Reams have been written recently about SDGs, climate change, just transition…… what does it mean in practice? India's National Action Plan on Climate Change emphasises the need for inclusive and sustainable development to ensure it does not fail millions on the margins or without a voice.

It would not be presumptuous to say that most people in world are aware of India’s demographic dividend. At 21% or 253 million, India is also home to the largest adolescent population in the world of which 120 million are girls. For a just transition and for India to reap the benefits of the demographic dividend by unlocking the potential of its youth, it is crucial that they are empowered with knowledge and skills to combat social and economic exclusion.

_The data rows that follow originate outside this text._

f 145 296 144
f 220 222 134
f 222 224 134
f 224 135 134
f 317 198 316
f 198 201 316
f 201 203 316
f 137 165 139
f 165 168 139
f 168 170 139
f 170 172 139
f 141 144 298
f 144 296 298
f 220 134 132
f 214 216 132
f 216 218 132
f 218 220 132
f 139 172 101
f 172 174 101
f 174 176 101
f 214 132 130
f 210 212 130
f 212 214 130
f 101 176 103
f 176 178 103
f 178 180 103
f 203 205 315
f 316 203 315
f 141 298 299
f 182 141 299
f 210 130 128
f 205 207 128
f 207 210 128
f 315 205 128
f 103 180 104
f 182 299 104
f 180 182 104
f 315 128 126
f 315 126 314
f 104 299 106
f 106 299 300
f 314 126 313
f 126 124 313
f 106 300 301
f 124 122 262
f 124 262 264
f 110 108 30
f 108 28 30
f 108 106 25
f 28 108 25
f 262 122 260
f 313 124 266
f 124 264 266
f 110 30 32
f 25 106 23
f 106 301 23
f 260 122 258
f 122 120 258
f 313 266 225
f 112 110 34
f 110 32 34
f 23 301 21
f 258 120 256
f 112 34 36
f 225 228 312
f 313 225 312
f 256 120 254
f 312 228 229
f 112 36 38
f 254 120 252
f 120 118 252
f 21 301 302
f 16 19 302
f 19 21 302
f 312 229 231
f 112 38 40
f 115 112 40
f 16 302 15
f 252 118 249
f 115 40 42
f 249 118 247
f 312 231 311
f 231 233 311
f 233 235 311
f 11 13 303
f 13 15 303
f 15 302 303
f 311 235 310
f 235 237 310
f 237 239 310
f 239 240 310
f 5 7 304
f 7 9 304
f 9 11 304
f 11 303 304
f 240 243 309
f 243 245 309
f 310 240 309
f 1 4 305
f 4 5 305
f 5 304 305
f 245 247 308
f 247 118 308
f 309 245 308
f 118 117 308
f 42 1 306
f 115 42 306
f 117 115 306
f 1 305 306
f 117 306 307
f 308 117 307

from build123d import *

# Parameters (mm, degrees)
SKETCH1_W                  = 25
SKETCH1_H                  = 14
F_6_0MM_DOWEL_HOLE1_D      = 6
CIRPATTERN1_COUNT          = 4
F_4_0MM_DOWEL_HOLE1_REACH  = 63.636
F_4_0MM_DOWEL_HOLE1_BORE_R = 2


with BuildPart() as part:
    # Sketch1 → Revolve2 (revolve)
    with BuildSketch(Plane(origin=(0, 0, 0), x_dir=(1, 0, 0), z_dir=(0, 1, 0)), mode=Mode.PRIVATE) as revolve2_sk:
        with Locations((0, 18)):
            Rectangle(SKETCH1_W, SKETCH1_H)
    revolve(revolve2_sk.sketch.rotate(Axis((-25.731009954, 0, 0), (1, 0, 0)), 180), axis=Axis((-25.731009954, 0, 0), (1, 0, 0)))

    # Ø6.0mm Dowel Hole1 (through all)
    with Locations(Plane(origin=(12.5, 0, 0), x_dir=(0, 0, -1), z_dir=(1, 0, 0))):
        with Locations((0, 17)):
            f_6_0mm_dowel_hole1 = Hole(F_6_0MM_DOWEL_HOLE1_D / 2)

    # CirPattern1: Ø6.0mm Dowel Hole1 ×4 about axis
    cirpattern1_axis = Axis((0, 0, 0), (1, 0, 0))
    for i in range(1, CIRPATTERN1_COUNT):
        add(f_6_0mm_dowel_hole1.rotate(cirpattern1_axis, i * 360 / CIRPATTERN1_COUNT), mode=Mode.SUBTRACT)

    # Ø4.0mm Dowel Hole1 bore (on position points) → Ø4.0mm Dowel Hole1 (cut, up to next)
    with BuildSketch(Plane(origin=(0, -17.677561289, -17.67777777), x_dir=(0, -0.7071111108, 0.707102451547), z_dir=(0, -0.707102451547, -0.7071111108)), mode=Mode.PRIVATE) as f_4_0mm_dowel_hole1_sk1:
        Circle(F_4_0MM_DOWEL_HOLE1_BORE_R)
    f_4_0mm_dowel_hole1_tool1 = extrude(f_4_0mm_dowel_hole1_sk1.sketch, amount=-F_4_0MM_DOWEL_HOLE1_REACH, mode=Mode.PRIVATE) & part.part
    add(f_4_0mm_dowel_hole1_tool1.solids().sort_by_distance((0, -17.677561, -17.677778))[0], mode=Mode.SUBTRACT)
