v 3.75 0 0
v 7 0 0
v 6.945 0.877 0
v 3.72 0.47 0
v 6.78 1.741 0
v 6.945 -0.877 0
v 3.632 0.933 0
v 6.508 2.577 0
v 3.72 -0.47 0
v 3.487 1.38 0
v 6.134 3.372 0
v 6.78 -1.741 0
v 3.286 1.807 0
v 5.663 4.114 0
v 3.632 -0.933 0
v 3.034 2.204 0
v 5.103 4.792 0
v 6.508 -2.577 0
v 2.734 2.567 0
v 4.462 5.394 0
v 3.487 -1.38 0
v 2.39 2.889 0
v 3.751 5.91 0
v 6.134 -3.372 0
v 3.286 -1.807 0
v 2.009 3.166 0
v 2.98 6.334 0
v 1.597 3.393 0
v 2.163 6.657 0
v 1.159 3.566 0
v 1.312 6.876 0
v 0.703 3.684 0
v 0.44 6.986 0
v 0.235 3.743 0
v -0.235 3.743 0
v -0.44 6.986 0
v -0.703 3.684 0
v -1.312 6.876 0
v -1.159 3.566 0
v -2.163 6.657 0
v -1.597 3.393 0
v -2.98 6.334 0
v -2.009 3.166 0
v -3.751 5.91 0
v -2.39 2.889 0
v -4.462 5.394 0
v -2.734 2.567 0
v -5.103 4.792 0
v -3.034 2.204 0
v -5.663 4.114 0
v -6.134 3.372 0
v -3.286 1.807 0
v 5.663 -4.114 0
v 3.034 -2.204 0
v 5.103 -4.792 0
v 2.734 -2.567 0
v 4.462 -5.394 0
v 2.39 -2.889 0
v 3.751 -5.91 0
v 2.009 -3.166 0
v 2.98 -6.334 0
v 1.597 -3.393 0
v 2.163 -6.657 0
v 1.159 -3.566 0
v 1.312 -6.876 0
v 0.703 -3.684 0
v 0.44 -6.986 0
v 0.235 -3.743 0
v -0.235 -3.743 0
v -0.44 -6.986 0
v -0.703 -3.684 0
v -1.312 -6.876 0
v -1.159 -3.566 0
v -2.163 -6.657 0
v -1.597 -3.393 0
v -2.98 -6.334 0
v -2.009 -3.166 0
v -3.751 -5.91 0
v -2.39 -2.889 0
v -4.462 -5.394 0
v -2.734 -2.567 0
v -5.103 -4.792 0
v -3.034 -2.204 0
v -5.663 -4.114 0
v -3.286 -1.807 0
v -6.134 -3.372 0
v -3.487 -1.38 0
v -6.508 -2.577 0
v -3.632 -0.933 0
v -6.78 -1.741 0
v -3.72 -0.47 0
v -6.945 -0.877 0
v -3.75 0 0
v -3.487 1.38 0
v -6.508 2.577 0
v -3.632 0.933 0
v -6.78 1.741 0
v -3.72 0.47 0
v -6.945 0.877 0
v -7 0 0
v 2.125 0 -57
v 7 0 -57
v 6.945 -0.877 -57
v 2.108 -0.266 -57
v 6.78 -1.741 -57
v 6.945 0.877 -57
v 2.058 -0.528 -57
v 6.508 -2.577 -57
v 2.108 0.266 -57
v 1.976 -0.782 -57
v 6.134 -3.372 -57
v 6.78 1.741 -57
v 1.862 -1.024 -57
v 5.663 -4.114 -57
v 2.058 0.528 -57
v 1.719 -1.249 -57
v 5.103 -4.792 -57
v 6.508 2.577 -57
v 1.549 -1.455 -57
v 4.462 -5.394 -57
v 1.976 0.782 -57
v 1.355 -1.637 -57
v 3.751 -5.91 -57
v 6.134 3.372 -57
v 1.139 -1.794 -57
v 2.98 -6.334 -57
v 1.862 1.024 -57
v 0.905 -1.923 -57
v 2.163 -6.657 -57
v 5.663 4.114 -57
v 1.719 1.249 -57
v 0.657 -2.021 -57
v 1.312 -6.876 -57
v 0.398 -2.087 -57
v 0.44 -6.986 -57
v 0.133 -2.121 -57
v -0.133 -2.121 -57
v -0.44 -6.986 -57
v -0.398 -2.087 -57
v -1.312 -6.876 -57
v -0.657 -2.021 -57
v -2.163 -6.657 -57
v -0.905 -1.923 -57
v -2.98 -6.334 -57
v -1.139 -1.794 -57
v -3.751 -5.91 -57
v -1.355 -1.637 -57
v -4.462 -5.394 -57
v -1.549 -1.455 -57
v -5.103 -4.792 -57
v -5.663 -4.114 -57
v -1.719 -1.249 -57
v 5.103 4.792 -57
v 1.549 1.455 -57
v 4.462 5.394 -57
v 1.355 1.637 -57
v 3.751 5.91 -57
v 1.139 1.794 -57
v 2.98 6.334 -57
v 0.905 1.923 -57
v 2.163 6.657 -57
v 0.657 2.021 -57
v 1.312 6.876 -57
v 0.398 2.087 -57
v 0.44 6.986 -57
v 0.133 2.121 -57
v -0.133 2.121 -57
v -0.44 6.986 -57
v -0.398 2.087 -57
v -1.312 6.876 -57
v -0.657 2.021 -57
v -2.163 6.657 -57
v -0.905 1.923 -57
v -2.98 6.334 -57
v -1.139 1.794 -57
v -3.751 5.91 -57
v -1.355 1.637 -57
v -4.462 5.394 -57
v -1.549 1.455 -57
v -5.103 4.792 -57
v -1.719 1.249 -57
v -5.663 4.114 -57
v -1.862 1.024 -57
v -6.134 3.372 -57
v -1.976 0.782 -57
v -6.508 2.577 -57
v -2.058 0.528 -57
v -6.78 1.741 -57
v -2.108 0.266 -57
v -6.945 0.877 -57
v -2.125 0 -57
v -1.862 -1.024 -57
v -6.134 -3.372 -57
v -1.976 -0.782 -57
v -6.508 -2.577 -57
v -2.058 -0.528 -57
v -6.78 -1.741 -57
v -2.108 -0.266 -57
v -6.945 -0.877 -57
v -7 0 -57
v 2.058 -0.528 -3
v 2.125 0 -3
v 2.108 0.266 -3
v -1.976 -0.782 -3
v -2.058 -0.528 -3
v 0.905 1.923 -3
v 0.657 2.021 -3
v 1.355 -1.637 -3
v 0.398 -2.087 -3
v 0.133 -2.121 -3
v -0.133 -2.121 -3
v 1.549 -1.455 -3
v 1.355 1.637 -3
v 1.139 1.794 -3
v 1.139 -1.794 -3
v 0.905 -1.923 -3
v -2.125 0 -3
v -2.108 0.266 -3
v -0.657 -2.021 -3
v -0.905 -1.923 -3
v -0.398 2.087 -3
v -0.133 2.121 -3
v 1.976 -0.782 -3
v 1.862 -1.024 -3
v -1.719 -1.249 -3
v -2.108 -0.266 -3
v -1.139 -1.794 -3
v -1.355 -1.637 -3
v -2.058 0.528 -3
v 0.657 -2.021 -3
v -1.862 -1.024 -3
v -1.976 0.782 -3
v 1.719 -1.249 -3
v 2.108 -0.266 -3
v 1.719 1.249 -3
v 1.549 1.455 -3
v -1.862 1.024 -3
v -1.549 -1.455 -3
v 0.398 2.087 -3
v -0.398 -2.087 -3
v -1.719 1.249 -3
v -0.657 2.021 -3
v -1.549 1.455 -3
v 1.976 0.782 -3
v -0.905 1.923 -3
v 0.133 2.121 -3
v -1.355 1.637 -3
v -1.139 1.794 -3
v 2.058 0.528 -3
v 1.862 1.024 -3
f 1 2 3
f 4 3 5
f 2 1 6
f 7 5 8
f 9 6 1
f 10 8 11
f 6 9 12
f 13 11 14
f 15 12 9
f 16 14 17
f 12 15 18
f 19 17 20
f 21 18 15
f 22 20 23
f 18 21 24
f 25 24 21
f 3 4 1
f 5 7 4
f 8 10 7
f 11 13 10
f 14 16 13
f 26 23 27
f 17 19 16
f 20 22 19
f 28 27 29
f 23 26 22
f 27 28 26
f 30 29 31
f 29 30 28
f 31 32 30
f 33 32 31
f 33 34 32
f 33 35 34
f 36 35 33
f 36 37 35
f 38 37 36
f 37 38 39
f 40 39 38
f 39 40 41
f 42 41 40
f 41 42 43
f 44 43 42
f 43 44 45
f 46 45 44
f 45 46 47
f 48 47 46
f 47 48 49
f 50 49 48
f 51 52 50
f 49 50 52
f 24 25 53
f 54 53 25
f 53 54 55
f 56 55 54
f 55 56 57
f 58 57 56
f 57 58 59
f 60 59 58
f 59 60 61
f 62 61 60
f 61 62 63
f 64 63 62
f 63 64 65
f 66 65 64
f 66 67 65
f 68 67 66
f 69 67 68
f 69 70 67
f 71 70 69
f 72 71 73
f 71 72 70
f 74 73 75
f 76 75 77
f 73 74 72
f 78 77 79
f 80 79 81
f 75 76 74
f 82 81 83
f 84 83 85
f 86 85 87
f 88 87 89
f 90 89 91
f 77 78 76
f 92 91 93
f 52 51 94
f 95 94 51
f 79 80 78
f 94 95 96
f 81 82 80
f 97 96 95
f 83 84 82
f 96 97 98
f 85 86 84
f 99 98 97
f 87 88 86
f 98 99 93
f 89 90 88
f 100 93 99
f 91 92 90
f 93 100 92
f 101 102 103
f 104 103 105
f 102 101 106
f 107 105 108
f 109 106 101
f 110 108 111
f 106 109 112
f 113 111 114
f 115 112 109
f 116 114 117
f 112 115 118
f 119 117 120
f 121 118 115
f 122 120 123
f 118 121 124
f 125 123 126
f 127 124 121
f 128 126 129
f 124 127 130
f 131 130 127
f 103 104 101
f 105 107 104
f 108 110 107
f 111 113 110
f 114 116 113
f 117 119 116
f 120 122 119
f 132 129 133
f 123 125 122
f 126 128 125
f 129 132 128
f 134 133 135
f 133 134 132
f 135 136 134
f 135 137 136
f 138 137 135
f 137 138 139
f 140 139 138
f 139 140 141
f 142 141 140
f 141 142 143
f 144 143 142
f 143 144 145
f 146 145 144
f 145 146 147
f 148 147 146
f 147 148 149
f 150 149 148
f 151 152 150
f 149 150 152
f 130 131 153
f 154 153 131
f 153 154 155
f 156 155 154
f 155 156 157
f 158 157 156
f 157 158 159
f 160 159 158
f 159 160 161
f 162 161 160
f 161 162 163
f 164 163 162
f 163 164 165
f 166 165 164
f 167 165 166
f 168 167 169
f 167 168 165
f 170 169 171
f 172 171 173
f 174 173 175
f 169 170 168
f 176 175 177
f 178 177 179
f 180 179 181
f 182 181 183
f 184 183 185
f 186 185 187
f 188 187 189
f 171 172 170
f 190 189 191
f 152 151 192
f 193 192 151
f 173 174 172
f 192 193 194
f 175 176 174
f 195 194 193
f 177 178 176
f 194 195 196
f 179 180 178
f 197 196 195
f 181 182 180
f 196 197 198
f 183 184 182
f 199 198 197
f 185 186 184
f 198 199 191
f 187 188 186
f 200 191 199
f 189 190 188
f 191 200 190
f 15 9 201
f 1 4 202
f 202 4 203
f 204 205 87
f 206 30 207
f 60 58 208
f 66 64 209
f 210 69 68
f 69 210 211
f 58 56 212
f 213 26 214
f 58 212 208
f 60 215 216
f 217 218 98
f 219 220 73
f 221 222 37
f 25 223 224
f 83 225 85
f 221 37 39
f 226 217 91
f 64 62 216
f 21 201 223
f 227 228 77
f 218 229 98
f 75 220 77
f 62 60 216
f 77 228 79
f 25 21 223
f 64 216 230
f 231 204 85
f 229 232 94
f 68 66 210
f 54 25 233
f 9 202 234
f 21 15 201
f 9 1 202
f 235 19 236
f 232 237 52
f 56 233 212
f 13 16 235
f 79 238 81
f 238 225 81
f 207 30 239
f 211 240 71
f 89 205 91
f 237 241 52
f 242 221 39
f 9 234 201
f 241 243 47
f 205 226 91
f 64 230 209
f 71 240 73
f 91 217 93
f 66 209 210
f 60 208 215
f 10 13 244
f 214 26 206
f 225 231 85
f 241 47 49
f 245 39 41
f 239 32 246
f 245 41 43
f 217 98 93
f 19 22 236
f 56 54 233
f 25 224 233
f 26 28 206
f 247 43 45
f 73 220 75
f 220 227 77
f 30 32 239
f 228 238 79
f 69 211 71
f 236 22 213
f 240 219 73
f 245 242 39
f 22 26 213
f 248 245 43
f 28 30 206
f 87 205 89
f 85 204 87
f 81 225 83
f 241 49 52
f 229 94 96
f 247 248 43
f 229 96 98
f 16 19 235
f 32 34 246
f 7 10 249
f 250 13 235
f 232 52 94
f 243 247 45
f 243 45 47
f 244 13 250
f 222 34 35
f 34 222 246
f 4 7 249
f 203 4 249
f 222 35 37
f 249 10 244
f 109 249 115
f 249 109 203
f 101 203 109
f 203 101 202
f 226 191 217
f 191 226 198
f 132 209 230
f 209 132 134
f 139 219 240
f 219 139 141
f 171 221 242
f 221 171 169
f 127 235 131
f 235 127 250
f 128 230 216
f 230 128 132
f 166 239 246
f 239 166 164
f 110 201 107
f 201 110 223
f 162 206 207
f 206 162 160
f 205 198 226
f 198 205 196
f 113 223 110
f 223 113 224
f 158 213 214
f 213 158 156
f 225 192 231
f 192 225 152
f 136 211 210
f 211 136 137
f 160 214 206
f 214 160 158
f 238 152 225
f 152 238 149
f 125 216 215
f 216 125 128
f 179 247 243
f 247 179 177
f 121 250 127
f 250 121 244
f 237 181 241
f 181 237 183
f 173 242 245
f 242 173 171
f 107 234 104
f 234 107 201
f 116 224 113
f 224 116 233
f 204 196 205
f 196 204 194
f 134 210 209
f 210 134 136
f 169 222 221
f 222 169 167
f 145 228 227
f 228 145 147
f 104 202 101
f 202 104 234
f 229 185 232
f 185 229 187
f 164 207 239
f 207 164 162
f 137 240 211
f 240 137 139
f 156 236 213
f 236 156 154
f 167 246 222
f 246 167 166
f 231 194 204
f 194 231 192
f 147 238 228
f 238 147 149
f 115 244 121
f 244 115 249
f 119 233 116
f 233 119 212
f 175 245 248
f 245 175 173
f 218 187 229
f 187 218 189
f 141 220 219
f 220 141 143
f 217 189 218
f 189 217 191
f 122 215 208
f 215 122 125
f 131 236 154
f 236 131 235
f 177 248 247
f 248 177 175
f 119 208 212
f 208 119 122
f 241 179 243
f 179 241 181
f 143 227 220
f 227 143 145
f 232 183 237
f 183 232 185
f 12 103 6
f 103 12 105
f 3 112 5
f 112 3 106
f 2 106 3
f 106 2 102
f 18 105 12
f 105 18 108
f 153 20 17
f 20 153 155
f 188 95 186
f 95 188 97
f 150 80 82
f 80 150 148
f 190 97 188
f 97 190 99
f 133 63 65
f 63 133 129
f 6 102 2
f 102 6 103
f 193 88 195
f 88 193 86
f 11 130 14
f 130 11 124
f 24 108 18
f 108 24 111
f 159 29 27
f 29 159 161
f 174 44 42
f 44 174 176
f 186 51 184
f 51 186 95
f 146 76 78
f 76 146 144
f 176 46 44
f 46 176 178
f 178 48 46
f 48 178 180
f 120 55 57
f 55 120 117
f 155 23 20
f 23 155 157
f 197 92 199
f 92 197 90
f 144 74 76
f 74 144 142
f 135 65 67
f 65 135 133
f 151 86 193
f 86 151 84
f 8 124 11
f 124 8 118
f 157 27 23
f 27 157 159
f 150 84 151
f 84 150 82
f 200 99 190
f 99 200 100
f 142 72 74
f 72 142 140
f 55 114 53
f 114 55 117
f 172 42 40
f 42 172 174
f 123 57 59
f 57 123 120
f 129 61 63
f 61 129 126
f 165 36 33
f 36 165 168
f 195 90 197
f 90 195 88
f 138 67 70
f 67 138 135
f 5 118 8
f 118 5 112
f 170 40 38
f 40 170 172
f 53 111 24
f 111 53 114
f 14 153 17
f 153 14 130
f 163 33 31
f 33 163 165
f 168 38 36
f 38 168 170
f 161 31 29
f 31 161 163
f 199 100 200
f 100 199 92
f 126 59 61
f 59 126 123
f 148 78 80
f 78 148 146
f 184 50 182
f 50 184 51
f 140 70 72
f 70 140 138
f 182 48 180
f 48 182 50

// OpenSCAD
$fn = 50;


difference() {
	union() {
		translate(v = [0, 0, -57.0000000000]) {
			cylinder(h = 57, r = 7.0000000000);
		}
		cylinder(h = 0, r = 17.0000000000);
	}
	union() {
		translate(v = [0, 0, 0]) {
			rotate(a = [0, 0, 0]) {
				difference() {
					union() {
						#translate(v = [0, 0, -57.0000000000]) {
							cylinder(h = 57, r = 2.0000000000);
						}
						#translate(v = [0, 0, -3]) {
							cylinder(h = 3, r1 = 2.1250000000, r2 = 3.7500000000);
						}
						#translate(v = [0, 0, -57.0000000000]) {
							cylinder(h = 57, r = 2.1250000000);
						}
						#translate(v = [0, 0, -57.0000000000]) {
							cylinder(h = 57, r = 2.0000000000);
						}
					}
					union();
				}
			}
		}
	}
}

A majority of India’s adolescent girls are on the margins and face numerous challenges including lack of access to education, domestic work, early marriage and pregnancy and financial dependency. There are a myriad of government initiatives and schemes aimed at keeping this group in education in urban and rural area, but long lasting change will be impossible without addressing the deep rooted cultural norms, expectations and stereotypes.

This is where organisations like VOICE4Girls, step in, they create safe spaces for girls to have critical conversations around their physical and mental health; recognising, preventing and reporting violence and a space where they can dream. This social enterprise led by Anusha Bharadwaj, has impacted over 3,00,000 girls and boys through their work across 12 different Indian states.

In the 125th episode of The 🐘in the Room podcast we spoke about Anusha’s childhood, how it influenced her to step into the social sector, her ambition for Voice4Girls, breaking the cycle of exclusion, deprivation for young girls and boys, the challenges of being a founder. We also spoke about 👇🏾👇🏾👇🏾

👉🏾 SoCh for social change an initiative aimed at building leadership capabilities of young social changemakers,

👉🏾 Social entrepreneurship as a powerful force for transforming communities and nations, being hubs of innovation

👉🏾 Context, feminism and feminist leadership

👉🏾 Failures, highlights and role models girls and boys can identify with

And much more in this freewheeling and inspiring conversation.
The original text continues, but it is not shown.